Y Dios quiso hacerse humano. Nosotros no quisimos, y algunos aún no quieren ser
humanos, pretenden ser más que humanos.
La resurrección en cambio es lo divino en lo humano. Pero con tal de que no nos
hable sólo de la vida más allá de la muerte sino de esta vida, de que hay que resucitar ya
desde ahora. Es la vida que se nos regala aquí, porque aquí es donde hay que dar vida y
hacer fecundas nuestras vidas.
Para ello, se nos pide estar despiertos. Y si la resurrección también es un
“despertar”, ¡qué importante es despertar! Estar atentos a lo que vemos y, a la vez,
atentos a las posibilidades que no todos ven. El despertar pertenece también a la
espiritualidad cristiana no sólo a la oriental. Estar vivos y cuidar de la vida de otros, a
pesar de nuestras dificultades o carencias, pertenece a nuestra fe en la Resurrección.
Un pequeño y sencillo ejemplo:
Una vez, Gandhi, mientras intentaba subir a un tren, perdió un zapato en las
vías, entre el tren y el andén.
Intentó alcanzarla, pero fue imposible y el tren estaba a punto de partir. Entonces
se quitó el otro zapato y lo arrojó al lado del otro.
Quien estaba con él, asombrado, le preguntó por qué había decidido tirar el
zapato que le quedaba, y él respondió sonriendo: "Un pobre que encuentra un solo
zapato no sabe qué hacer con él. Al tirar mi segundo zapato también, al menos podrá
disfrutar de mi par de zapatos".
¿Cuál era la ventaja de quedarse con un solo zapato?

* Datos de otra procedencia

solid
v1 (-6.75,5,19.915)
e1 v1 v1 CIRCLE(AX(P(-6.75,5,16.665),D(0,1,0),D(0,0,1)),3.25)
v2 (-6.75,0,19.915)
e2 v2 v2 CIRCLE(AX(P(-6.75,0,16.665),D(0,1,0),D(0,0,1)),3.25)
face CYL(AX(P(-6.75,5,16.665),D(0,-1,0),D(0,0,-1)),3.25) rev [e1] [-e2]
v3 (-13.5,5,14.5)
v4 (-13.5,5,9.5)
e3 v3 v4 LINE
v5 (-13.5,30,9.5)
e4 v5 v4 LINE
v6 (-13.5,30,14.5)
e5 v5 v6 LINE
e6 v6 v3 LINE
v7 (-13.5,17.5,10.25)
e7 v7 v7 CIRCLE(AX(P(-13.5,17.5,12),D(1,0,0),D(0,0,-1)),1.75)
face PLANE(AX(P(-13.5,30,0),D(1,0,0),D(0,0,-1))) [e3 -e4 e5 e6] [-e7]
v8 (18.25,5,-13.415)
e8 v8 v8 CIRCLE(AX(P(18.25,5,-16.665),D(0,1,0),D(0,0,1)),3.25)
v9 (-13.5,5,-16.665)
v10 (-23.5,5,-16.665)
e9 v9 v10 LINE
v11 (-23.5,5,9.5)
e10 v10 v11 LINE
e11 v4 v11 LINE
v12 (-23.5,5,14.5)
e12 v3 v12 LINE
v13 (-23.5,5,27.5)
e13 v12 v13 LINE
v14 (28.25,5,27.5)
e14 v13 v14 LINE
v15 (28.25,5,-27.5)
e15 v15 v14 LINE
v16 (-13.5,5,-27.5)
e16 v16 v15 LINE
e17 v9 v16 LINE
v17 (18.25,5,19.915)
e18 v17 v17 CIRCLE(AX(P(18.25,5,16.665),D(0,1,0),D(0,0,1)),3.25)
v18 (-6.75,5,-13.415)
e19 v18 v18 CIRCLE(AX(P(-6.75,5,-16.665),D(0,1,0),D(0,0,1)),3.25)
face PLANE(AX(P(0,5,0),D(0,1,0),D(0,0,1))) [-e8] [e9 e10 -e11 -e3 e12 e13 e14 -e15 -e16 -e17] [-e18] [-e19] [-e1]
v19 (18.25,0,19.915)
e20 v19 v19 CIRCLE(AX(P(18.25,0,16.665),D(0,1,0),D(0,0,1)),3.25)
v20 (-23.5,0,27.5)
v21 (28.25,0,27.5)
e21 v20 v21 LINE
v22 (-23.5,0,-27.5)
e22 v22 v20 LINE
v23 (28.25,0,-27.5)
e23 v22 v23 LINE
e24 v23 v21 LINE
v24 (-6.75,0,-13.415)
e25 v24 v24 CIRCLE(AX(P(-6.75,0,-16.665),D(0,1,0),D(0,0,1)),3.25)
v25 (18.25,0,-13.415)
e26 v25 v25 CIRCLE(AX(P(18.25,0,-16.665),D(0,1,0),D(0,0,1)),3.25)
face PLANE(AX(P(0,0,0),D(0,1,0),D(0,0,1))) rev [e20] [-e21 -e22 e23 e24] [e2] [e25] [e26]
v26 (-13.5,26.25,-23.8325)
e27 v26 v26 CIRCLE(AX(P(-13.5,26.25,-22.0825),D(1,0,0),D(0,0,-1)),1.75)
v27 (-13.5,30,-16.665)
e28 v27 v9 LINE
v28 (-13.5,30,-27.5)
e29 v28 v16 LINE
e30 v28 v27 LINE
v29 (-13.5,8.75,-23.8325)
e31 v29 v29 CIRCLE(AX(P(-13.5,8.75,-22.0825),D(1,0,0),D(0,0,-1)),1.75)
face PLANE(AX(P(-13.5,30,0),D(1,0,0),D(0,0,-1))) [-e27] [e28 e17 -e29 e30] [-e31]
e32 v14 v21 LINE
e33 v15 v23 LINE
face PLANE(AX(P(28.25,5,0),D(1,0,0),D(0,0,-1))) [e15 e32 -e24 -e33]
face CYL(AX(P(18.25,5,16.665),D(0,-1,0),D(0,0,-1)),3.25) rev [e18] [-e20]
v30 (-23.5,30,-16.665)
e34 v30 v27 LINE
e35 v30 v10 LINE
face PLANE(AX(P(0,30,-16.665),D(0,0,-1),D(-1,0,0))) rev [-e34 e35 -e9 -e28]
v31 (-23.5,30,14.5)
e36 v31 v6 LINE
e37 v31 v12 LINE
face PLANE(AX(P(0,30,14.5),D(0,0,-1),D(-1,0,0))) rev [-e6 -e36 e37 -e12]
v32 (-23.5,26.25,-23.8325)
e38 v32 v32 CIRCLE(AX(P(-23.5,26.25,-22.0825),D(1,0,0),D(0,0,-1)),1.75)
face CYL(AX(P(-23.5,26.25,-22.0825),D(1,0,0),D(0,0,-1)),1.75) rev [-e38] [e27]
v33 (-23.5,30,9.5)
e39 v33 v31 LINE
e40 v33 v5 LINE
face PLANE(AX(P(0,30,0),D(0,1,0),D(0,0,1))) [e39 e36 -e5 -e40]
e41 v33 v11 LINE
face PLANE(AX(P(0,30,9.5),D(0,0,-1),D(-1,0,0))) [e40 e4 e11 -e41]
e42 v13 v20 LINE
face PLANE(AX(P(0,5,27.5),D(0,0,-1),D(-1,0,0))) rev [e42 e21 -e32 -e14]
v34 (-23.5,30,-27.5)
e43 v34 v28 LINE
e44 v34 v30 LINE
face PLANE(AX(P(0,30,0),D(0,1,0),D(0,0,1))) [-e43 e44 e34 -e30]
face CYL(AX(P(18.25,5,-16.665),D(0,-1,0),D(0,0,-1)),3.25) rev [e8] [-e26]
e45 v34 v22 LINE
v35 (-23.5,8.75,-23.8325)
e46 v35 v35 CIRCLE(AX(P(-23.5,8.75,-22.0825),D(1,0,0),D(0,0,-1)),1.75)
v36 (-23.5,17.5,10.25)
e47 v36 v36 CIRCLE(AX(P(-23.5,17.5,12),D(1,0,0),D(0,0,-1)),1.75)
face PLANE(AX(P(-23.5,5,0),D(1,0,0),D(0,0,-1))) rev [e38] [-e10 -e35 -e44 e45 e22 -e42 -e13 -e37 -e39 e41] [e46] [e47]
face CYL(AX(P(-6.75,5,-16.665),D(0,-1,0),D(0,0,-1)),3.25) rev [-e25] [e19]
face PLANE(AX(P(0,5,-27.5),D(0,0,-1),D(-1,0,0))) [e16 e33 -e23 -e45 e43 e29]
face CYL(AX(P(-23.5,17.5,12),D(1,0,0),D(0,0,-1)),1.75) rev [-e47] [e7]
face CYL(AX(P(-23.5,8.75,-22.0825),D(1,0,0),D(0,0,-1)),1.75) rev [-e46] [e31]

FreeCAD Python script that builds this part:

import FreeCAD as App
import Part
import Sketcher

V = App.Vector
Q = App.Units.Quantity


def add_polygon(sketch, points):
    """Adds a closed chain of lines whose ends are joined by coincident constraints."""
    first, n = sketch.GeometryCount, len(points)
    for a, b in zip(points, points[1:] + points[:1]):
        sketch.addGeometry(Part.LineSegment(App.Vector(*a, 0), App.Vector(*b, 0)), False)
    for i in range(n):
        sketch.addConstraint(Sketcher.Constraint("Coincident", first + i, 2, first + (i + 1) % n, 1))

doc = App.newDocument("Part")
body = doc.addObject("PartDesign::Body", "Body")

# Sketch on XZ plane
sketch1 = body.newObject("Sketcher::SketchObject", "Sketch")
sketch1.AttachmentSupport = (doc.getObject("XZ_Plane"), [""])
sketch1.MapMode = "FlatFace"
add_polygon(sketch1, [(28.2, -27.5), (-23.5, -27.5), (-23.5, 27.5), (28.2, 27.5)])  # lines 0-3
sketch1.addGeometry(Part.Circle(V(-6.8, 16.7, 0), V(0, 0, 1), 3.2), False)  # 4
sketch1.addGeometry(Part.Circle(V(18.2, 16.7, 0), V(0, 0, 1), 3.2), False)  # 5
sketch1.addGeometry(Part.Circle(V(-6.8, -16.7, 0), V(0, 0, 1), 3.2), False)  # 6
sketch1.addGeometry(Part.Circle(V(18.2, -16.7, 0), V(0, 0, 1), 3.2), False)  # 7
sketch1.addConstraint(Sketcher.Constraint("Horizontal", 0))
sketch1.addConstraint(Sketcher.Constraint("Vertical", 1))
sketch1.addConstraint(Sketcher.Constraint("Horizontal", 2))
sketch1.addConstraint(Sketcher.Constraint("Vertical", 3))
sketch1.addConstraint(Sketcher.Constraint("Equal", 4, 5))
sketch1.addConstraint(Sketcher.Constraint("Equal", 5, 6))
sketch1.addConstraint(Sketcher.Constraint("Equal", 6, 7))
sketch1.addConstraint(Sketcher.Constraint("Symmetric", 4, 3, 6, 3, -1))
sketch1.addConstraint(Sketcher.Constraint("Symmetric", 5, 3, 7, 3, -1))
sketch1.addConstraint(Sketcher.Constraint("Horizontal", 4, 3, 5, 3))
sketch1.addConstraint(Sketcher.Constraint("Diameter", 4, Q("6.5 mm")))
sketch1.addConstraint(Sketcher.Constraint("DistanceY", 1, 1, 1, 2, Q("55 mm")))
sketch1.addConstraint(Sketcher.Constraint("DistanceX", 4, 3, 5, 3, Q("25 mm")))
sketch1.addConstraint(Sketcher.Constraint("DistanceX", 5, 3, 2, 2, Q("10 mm")))
sketch1.addConstraint(Sketcher.Constraint("DistanceX", 0, 2, 0, 1, Q("51.75 mm")))
sketch1.addConstraint(Sketcher.Constraint("DistanceX", 0, 2, -1, 1, Q("23.5 mm")))
sketch1.addConstraint(Sketcher.Constraint("DistanceY", 0, 2, -1, 1, Q("27.5 mm")))
sketch1.addConstraint(Sketcher.Constraint("DistanceY", 6, 3, 4, 3, Q("33.33 mm")))
pad1 = body.newObject("PartDesign::Pad", "Pad")
pad1.Profile = sketch1
pad1.Length = 5
pad1.Reversed = True

# Sketch on XZ plane
sketch2 = body.newObject("Sketcher::SketchObject", "Sketch001")
sketch2.AttachmentSupport = (doc.getObject("XZ_Plane"), [""])
sketch2.MapMode = "FlatFace"
add_polygon(sketch2, [(-24, -28), (-24, -17), (-14, -17), (-14, -28)])  # lines 0-3
add_polygon(sketch2, [(-24, 10), (-24, 14), (-14, 14), (-14, 10)])  # lines 4-7
sketch2.addConstraint(Sketcher.Constraint("Vertical", 0))
sketch2.addConstraint(Sketcher.Constraint("Horizontal", 1))
sketch2.addConstraint(Sketcher.Constraint("Vertical", 2))
sketch2.addConstraint(Sketcher.Constraint("Horizontal", 3))
sketch2.addConstraint(Sketcher.Constraint("Vertical", 4))
sketch2.addConstraint(Sketcher.Constraint("Horizontal", 5))
sketch2.addConstraint(Sketcher.Constraint("Vertical", 6))
sketch2.addConstraint(Sketcher.Constraint("Horizontal", 7))
sketch2.addConstraint(Sketcher.Constraint("Vertical", 3, 2, 4, 2))
sketch2.addConstraint(Sketcher.Constraint("Vertical", 2, 2, 5, 2))
sketch2.addConstraint(Sketcher.Constraint("DistanceX", 1, 1, 1, 2, Q("10 mm")))
sketch2.addConstraint(Sketcher.Constraint("DistanceY", 4, 1, 4, 2, Q("5 mm")))
sketch2.addConstraint(Sketcher.Constraint("DistanceY", 3, 2, 4, 2, Q("42 mm")))
sketch2.addConstraint(Sketcher.Constraint("DistanceX", 0, 2, -1, 1, Q("23.5 mm")))
sketch2.addConstraint(Sketcher.Constraint("DistanceY", 2, 2, -1, 1, Q("27.5 mm")))
sketch2.addConstraint(Sketcher.Constraint("DistanceY", 0, 1, 0, 2, Q("10.835 mm")))
pad2 = body.newObject("PartDesign::Pad", "Pad001")
pad2.Profile = sketch2
pad2.Length = 30
pad2.Reversed = True

# Sketch on YZ plane
sketch3 = body.newObject("Sketcher::SketchObject", "Sketch002")
sketch3.AttachmentSupport = (doc.getObject("YZ_Plane"), [""])
sketch3.MapMode = "FlatFace"
sketch3.AttachmentOffset = App.Placement(V(0, 0, -13.5), App.Rotation())
sketch3.addGeometry(Part.Circle(V(26.2, -22.1, 0), V(0, 0, 1), 1.8), False)
sketch3.addGeometry(Part.Circle(V(8.8, -22.1, 0), V(0, 0, 1), 1.8), False)
sketch3.addConstraint(Sketcher.Constraint("Equal", 0, 1))
sketch3.addConstraint(Sketcher.Constraint("Horizontal", 0, 3, 1, 3))
sketch3.addConstraint(Sketcher.Constraint("Diameter", 0, Q("3.5 mm")))
sketch3.addConstraint(Sketcher.Constraint("DistanceX", 1, 3, 0, 3, Q("17.5 mm")))
sketch3.addConstraint(Sketcher.Constraint("DistanceX", -1, 1, 0, 3, Q("26.25 mm")))
sketch3.addConstraint(Sketcher.Constraint("DistanceY", 0, 3, -1, 1, Q("22.0825 mm")))
pocket1 = body.newObject("PartDesign::Pocket", "Pocket")
pocket1.Profile = sketch3
pocket1.Type = "ThroughAll"
pocket1.Midplane = True

# Sketch on YZ plane
sketch4 = body.newObject("Sketcher::SketchObject", "Sketch003")
sketch4.AttachmentSupport = (doc.getObject("YZ_Plane"), [""])
sketch4.MapMode = "FlatFace"
sketch4.AttachmentOffset = App.Placement(V(0, 0, -13.5), App.Rotation())
sketch4.addGeometry(Part.Circle(V(17.5, 12, 0), V(0, 0, 1), 1.8), False)
sketch4.addConstraint(Sketcher.Constraint("Diameter", 0, Q("3.5 mm")))
sketch4.addConstraint(Sketcher.Constraint("DistanceY", -1, 1, 0, 3, Q("12 mm")))
sketch4.addConstraint(Sketcher.Constraint("DistanceX", -1, 1, 0, 3, Q("17.5 mm")))
pocket2 = body.newObject("PartDesign::Pocket", "Pocket001")
pocket2.Profile = sketch4
pocket2.Type = "ThroughAll"

doc.recompute()
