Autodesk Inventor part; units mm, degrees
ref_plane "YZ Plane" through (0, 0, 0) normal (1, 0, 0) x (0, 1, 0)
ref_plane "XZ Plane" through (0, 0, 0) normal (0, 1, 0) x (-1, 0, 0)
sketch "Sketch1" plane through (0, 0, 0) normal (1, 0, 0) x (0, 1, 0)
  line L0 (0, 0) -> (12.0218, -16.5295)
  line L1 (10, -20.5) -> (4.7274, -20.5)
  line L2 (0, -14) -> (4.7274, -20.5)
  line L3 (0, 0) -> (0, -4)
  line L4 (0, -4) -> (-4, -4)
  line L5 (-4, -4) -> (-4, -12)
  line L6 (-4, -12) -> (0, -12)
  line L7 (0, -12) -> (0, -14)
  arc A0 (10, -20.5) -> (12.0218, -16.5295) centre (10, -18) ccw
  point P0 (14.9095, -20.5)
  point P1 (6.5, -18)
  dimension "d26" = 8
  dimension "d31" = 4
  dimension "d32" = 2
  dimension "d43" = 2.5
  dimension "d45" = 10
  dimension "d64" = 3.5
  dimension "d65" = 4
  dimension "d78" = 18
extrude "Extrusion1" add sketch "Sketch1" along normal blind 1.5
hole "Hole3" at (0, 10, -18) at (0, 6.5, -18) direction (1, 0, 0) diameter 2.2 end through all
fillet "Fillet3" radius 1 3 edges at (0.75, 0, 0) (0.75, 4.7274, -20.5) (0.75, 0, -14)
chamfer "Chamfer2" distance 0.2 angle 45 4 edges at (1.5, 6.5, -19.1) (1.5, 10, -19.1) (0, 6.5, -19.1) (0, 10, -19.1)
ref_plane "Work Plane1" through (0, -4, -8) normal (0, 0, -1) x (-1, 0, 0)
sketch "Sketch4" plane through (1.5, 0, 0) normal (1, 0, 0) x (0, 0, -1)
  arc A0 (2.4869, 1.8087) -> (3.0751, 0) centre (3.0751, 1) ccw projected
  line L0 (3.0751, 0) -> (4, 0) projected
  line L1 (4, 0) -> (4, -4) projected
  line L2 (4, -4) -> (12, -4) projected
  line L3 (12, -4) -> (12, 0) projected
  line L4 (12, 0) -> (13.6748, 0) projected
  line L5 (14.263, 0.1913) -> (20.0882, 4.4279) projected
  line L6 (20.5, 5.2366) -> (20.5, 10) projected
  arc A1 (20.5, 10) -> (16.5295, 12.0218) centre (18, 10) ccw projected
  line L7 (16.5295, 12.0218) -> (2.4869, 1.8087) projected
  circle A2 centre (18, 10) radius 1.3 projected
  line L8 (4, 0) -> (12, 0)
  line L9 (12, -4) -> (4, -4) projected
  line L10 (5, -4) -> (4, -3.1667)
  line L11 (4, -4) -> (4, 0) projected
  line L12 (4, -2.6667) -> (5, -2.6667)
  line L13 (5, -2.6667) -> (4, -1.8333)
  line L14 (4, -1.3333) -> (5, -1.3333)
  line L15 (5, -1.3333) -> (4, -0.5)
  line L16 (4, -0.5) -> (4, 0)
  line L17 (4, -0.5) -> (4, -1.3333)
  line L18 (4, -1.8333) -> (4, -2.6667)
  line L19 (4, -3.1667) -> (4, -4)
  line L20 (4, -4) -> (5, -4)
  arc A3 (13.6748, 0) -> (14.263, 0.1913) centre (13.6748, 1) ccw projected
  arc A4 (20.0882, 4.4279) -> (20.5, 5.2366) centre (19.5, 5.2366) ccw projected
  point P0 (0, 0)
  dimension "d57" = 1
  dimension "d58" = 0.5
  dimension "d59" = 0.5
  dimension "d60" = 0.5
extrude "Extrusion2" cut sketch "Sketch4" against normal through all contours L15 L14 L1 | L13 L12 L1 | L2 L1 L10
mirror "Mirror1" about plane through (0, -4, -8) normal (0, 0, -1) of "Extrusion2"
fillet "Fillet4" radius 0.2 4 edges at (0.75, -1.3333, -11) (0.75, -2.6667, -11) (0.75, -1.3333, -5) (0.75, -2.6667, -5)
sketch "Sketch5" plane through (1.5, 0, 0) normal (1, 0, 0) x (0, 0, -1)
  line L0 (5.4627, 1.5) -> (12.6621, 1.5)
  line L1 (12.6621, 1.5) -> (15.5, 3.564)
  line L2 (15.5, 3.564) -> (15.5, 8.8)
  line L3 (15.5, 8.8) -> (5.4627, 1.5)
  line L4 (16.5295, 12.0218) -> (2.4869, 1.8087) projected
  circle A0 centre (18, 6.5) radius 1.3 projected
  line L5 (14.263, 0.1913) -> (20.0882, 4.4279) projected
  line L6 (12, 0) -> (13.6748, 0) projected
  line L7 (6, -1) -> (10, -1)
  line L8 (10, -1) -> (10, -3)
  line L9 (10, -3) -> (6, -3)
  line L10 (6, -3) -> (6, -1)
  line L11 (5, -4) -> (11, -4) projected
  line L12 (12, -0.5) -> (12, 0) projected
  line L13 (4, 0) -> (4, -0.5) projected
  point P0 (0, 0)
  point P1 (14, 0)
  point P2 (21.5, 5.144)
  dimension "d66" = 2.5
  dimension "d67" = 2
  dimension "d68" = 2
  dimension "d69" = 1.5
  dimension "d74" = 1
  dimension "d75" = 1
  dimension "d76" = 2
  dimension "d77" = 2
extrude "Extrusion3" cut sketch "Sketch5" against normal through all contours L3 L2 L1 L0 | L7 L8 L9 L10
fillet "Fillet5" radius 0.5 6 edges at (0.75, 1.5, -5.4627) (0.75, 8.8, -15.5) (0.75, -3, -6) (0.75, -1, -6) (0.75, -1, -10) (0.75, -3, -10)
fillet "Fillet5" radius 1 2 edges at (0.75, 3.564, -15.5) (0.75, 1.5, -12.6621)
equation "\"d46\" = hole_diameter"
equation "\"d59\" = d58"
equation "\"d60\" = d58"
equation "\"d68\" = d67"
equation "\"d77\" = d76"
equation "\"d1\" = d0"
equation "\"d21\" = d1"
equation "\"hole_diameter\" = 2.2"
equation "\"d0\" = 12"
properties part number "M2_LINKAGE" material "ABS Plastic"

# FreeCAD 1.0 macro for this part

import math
import FreeCAD as App
import Part
import Sketcher
from FreeCAD import Vector


def edges_at(feature, points):
    """Names of the edges that pass closest to the given points."""
    edges = feature.Shape.Edges
    near = lambda p: min(range(len(edges)), key=lambda i: edges[i].distToShape(Part.Vertex(*p))[0])
    return sorted({f"Edge{near(p) + 1}" for p in points})

doc = App.newDocument("Part")
body = doc.addObject("PartDesign::Body", "Body")

# Sketch on YZ plane
sketch1 = body.newObject("Sketcher::SketchObject", "Sketch")
sketch1.AttachmentSupport = (doc.getObject("YZ_Plane"), [""])
sketch1.MapMode = "FlatFace"
sketch1.addGeometry(Part.LineSegment(Vector(12, -16.5, 0), Vector(0, 0, 0)), False)
sketch1.addGeometry(Part.LineSegment(Vector(0, 0, 0), Vector(0, -4, 0)), False)
sketch1.addGeometry(Part.LineSegment(Vector(0, -4, 0), Vector(-4, -4, 0)), False)
sketch1.addGeometry(Part.LineSegment(Vector(-4, -4, 0), Vector(-4, -12, 0)), False)
sketch1.addGeometry(Part.LineSegment(Vector(-4, -12, 0), Vector(0, -12, 0)), False)
sketch1.addGeometry(Part.LineSegment(Vector(0, -12, 0), Vector(0, -14, 0)), False)
sketch1.addGeometry(Part.LineSegment(Vector(0, -14, 0), Vector(4.7, -20.5, 0)), False)
sketch1.addGeometry(Part.LineSegment(Vector(4.7, -20.5, 0), Vector(10, -20.5, 0)), False)
sketch1.addGeometry(Part.ArcOfCircle(Part.Circle(Vector(10, -18, 0), Vector(0, 0, 1), 2.5), math.radians(-90), math.radians(36)), False)
sketch1.addConstraint(Sketcher.Constraint("Coincident", 0, 2, 1, 1))
sketch1.addConstraint(Sketcher.Constraint("Coincident", 1, 2, 2, 1))
sketch1.addConstraint(Sketcher.Constraint("Coincident", 2, 2, 3, 1))
sketch1.addConstraint(Sketcher.Constraint("Coincident", 3, 2, 4, 1))
sketch1.addConstraint(Sketcher.Constraint("Coincident", 4, 2, 5, 1))
sketch1.addConstraint(Sketcher.Constraint("Coincident", 5, 2, 6, 1))
sketch1.addConstraint(Sketcher.Constraint("Coincident", 6, 2, 7, 1))
sketch1.addConstraint(Sketcher.Constraint("Tangent", 7, 2, 8, 1))
sketch1.addConstraint(Sketcher.Constraint("Tangent", 8, 2, 0, 1))
sketch1.addConstraint(Sketcher.Constraint("Vertical", 1))
sketch1.addConstraint(Sketcher.Constraint("Horizontal", 2))
sketch1.addConstraint(Sketcher.Constraint("Vertical", 3))
sketch1.addConstraint(Sketcher.Constraint("Horizontal", 4))
sketch1.addConstraint(Sketcher.Constraint("Vertical", 5))
sketch1.addConstraint(Sketcher.Constraint("Horizontal", 7))
sketch1.addConstraint(Sketcher.Constraint("Coincident", 0, 2, -1, 1))
sketch1.addConstraint(Sketcher.Constraint("PointOnObject", 4, 2, -2))
sketch1.addConstraint(Sketcher.Constraint("Parallel", 0, 6))
sketch1.addConstraint(Sketcher.Constraint("Equal", 4, 1))
sketch1.addConstraint(Sketcher.Constraint("Radius", 8, 2.5))
sketch1.addConstraint(Sketcher.Constraint("DistanceX", 2, 2, 2, 1, 4.0))
sketch1.addConstraint(Sketcher.Constraint("DistanceY", 3, 2, 3, 1, 8.0))
sketch1.addConstraint(Sketcher.Constraint("DistanceY", 5, 2, 5, 1, 2.0))
sketch1.addConstraint(Sketcher.Constraint("DistanceX", -1, 1, 8, 3, 10.0))
sketch1.addConstraint(Sketcher.Constraint("DistanceY", 8, 3, -1, 1, 18.0))
pad1 = body.newObject("PartDesign::Pad", "Pad")
pad1.Profile = sketch1
pad1.Length = 1.5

¿Cuántas cosas, por apego, no soltamos? Y si, por el contrario, aprendemos a
dejarlas ir, podrían aligerarnos y, también, beneficiar a alguien más…
Cuando los evangelios ponen en boca de Jesús que hace o dice esto o aquello
“para que se cumplan las Escrituras”, éstas representan la voluntad de Dios, no en su
literalidad sino en la intencionalidad educadora de Dios de sus criaturas humanas. Un
Dios que educa y nos cuida.
Pero la expresión, que se cumplan las Escrituras, en boca de Jesús, también
significa dejarlo todo en manos de Dios. Soltar. Abandonarnos al misterio. Obedecer a
la realidad. Creer en el amor del Padre. Confianza plena. Espíritu fuerte, resistente y
fiel. Al no sentir apego por nada, sólo dejarse robar el corazón por los más pobres, más
frágiles, más débiles.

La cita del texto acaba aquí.